Topaktuell ist das Stück von Max frisch umgesetzt worden. Foto: Grebe

Flecken im schneeweißen Andorra: Waldorfschüler spielen dramatische Parabel von Max Frisch. Von der ersten Szene an hängt Unheil in der Luft. Die Schlinge zieht sich immer weiter zu.

Daran ändert auch wenig, dass Barblin, die Geliebte der Hauptfigur Andri, die Häuser im Staat Andorra kurz vor dem St. Georgstag weißelt. „Wenn bloß kein Platzregen kommt“, bemerkt der Soldat, bevor er sich zwischen die Liebenden drängt mit roher Gewalt – ein Vorzeichen auf die drohende Besetzung Andorras durch die „Schwarzen“ und die Hinrichtung Andris in der Schlussszene.

Unter der Regie von Maria Radetzki hat die zwölfte Klasse der Freien Waldorfschule Balingen das weltbekannte Drama von Max Frisch, entstanden 1961, in zwei gut besuchten Abendaufführungen auf die Bühne gebracht – das Ergebnis von einer nur dreiwöchigen Probenzeit. Gemäß der Intention von Frisch, der das Geschehen in „Andorra“ historisch nicht fixieren wollte, sondern als „Modell“ versteht, spielt das Geschehen zwischen weißen Holzelementen.

Junge Schauspieler. Foto:  Grebe

In jedem der 1zwölf Bilder werden sie neu kombiniert. Mal verkörpern sie ein Wirtshaus, mal die Schwelle zu Barblins Kammer, mal den Altar der Kirche. Die kargen Räume einer atemlosen Parabel über Vorurteile und Schwarz-weiß-Denken.

Eines sieht der Zuschauer immer: einen weißen Pfahl mit Seilschlinge – Symbol der Verfolgung und Diskriminierung. Im Zentrum steht die Geschichte von einem jungen Mann, der mit einer Lüge aufwächst. Um sein Verhältnis mit einer Frau von den „Schwarzen da drüben“ zu verheimlichen, gibt Lehrer Can seinen Sohn Andri als Juden aus, den er vor der Verfolgung der Schwarzen gerettet habe.

Monologe an der Zeugenschranke

Obwohl die Andorraner ihren Staat als Hort des Friedens und der Toleranz bezeichnen, wächst Andri mit antijüdischen Vorurteilen auf, die ihn die ganze Handlung hindurch verfolgen.

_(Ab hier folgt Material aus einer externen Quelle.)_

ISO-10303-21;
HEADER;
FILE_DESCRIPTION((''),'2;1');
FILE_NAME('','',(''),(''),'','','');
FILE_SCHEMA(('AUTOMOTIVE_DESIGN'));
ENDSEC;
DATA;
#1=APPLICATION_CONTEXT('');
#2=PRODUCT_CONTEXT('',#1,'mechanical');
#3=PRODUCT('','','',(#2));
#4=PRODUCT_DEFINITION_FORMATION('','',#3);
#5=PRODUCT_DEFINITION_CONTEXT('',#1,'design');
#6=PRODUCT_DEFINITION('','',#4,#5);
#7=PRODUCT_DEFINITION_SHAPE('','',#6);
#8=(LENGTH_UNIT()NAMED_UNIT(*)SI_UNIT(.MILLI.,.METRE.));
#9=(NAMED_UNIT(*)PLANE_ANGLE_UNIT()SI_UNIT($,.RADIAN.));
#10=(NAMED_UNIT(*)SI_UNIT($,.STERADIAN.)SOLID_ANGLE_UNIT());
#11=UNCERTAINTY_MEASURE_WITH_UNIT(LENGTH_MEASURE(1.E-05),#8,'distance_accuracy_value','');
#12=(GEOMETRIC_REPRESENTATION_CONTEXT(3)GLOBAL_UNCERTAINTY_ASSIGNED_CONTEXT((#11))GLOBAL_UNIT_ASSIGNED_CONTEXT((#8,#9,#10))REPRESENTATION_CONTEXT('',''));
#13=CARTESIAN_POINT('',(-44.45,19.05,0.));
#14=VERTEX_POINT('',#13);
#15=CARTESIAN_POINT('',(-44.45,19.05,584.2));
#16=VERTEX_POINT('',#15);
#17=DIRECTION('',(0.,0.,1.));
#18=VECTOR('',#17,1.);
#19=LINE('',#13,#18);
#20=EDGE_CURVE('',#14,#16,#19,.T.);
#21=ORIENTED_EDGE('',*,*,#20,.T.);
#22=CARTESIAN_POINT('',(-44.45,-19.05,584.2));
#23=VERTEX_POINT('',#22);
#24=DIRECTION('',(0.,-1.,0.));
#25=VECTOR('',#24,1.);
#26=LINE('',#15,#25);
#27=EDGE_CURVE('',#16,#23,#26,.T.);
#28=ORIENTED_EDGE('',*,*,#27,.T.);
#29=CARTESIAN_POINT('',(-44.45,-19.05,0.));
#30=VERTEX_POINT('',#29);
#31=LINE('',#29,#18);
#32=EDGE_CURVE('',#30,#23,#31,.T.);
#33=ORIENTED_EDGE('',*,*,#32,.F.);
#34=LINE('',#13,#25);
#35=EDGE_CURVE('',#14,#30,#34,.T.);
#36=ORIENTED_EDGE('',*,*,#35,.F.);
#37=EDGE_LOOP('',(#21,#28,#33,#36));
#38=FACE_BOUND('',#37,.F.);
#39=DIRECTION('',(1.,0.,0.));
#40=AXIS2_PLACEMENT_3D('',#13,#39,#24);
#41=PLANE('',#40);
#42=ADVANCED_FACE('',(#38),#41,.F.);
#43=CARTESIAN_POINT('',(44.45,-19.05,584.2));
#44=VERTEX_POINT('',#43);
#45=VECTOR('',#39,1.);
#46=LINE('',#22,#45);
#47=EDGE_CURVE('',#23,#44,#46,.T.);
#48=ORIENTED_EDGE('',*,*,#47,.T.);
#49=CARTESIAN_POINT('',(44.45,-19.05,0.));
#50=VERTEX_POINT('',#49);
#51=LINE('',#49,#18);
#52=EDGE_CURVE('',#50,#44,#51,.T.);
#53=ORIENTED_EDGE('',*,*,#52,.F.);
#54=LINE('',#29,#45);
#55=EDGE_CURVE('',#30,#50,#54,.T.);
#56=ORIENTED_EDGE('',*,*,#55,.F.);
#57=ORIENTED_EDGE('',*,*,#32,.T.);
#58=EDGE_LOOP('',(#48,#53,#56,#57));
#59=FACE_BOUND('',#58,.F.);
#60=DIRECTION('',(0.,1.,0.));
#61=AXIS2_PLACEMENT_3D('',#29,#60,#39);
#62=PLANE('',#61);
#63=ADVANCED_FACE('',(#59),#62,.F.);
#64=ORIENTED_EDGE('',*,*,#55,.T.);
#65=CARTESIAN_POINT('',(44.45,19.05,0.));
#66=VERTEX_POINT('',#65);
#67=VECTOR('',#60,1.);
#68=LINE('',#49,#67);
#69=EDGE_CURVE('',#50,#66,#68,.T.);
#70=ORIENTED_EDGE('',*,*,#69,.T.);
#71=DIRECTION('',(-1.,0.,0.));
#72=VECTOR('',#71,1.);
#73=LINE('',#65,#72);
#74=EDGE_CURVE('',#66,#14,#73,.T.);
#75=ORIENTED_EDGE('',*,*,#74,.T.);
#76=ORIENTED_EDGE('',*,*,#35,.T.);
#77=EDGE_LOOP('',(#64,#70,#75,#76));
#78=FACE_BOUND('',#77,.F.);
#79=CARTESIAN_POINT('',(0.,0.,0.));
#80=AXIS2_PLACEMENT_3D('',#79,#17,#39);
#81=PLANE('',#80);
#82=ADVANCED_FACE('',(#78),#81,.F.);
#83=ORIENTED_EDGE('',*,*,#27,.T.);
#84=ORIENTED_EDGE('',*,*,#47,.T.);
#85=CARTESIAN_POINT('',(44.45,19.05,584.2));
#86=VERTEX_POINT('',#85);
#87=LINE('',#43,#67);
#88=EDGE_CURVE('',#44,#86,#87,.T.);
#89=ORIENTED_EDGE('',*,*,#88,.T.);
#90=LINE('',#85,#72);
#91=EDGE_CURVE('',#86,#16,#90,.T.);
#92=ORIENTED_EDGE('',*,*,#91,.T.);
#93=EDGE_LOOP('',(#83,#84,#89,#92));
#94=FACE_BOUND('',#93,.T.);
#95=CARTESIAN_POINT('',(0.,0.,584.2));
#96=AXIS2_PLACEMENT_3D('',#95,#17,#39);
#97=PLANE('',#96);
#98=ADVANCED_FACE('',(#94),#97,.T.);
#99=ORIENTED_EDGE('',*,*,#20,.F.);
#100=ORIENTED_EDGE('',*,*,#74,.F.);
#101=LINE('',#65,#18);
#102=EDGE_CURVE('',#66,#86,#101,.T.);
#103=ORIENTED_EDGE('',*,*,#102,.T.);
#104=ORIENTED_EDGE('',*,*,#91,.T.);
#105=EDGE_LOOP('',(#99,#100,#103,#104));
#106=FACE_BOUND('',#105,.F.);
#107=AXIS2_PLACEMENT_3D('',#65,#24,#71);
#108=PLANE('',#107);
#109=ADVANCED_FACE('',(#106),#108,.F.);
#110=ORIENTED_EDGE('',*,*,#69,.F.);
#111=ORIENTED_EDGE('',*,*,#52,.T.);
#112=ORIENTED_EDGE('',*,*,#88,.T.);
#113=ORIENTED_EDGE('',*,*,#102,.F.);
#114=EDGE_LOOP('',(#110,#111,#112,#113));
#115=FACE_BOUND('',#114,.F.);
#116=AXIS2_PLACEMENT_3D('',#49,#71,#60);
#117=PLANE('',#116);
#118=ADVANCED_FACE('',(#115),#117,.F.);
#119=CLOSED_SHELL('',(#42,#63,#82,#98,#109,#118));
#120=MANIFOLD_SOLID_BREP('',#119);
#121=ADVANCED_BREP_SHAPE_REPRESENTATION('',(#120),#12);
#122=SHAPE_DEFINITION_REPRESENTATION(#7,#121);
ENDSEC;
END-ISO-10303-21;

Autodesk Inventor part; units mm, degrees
ref_plane "YZ Plane" through (0, 0, 0) normal (1, 0, 0) x (0, 1, 0)
ref_plane "XZ Plane" through (0, 0, 0) normal (0, 1, 0) x (-1, 0, 0)
ref_plane "XY Plane" through (0, 0, 0) normal (0, 0, 1) x (1, 0, 0)
sketch "Sketch1" plane through (0, 0, 0) normal (0, 0, 1) x (1, 0, 0)
  line L0 (-44.45, -19.05) -> (44.45, -19.05)
  line L1 (44.45, -19.05) -> (44.45, 19.05)
  line L2 (44.45, 19.05) -> (-44.45, 19.05)
  line L3 (-44.45, 19.05) -> (-44.45, -19.05)
  line L4 (-44.45, -19.05) -> (44.45, 19.05) construction
  line L5 (44.45, -19.05) -> (-44.45, 19.05) construction
  point P0 (0, 0)
  dimension "d0" = 88.9
  dimension "d1" = 38.1
extrude "Extrusion1" add sketch "Sketch1" along normal blind 584.2
properties part number "2x4x23"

Mit dem Bildnis, das sich andere von ihm machen, identifiziert er sich so stark, dass er zuletzt nicht bereit ist, das Modell Jude wieder aufzugeben.

Er denke immer nur ans Geld. Deshalb will ihn der Tischler in den Verkauf stecken. Er habe kein Gemüt und könne eben kein Andorraner sein. So der Soldat, der seine nationalistischen Parolen gegen Andri richtet und zuletzt als unterwürfiger Gehilfe des „Judenschauers“ Andris Hinrichtung vollzieht. Besonders eindringlich in dem düsteren Geschehen sind die kurzen Monolog-Szenen an der „Zeugenschranke“.

Alle leugnen ihre Mitschuld

Frischs Idee, dass die Figuren aus der Handlung heraustreten und sich im Rückblick über ihre Schuld oder besser: ihre Unschuld äußern, wird in der Balinger Aufführung besonders eindrücklich umgesetzt. Von einem elektronischen Beat unterlegt leugnen Wirt, Pfarrer, Doktor übers Mikrofon eine Mitschuld am Geschehen. Dabei zeigt der große Screen im Hintergrund das Gesicht der jeweiligen Figur als Riesenporträt. Der Zuschauer hat somit die Möglichkeit, den Zeugen in die Augen zu schauen und damit den Wahrheitsgehalt des Gesagten zu überprüfen.

Schüler auf der Bühne. Foto:  Grebe

Als die Senora aus dem Nachbarland der Schwarzen, Andris verheimlichte Mutter, auftaucht, Lehrer Can zur Rede stellt und durch einen Steinwurf ums Leben kommt, zieht sich die Schlinge um den unschuldigen Andri allmählich zu. Das düstere Finale der Judenschau vor dem Pfahl im besetzten Andorra lässt Erinnerungen an den Holocaust wach werden – etwa wenn Barblin, schier um den Verstand gebracht und als „Judenhure“ beschimpft, wieder zu weißeln beginnt und auf der Suche nach Andri nur noch seine Schuhe findet, die er bei der Judenschau ausziehen musste.

Das Engagement der Spieler und ihre Bühnenpräsenz sorgten für einen packenden Theaterabend. Die Jugendlichen haben mit ihrem Stück ein Thema auf die Bühne gebracht, dass nichts an Aktualität eingebüßt hat.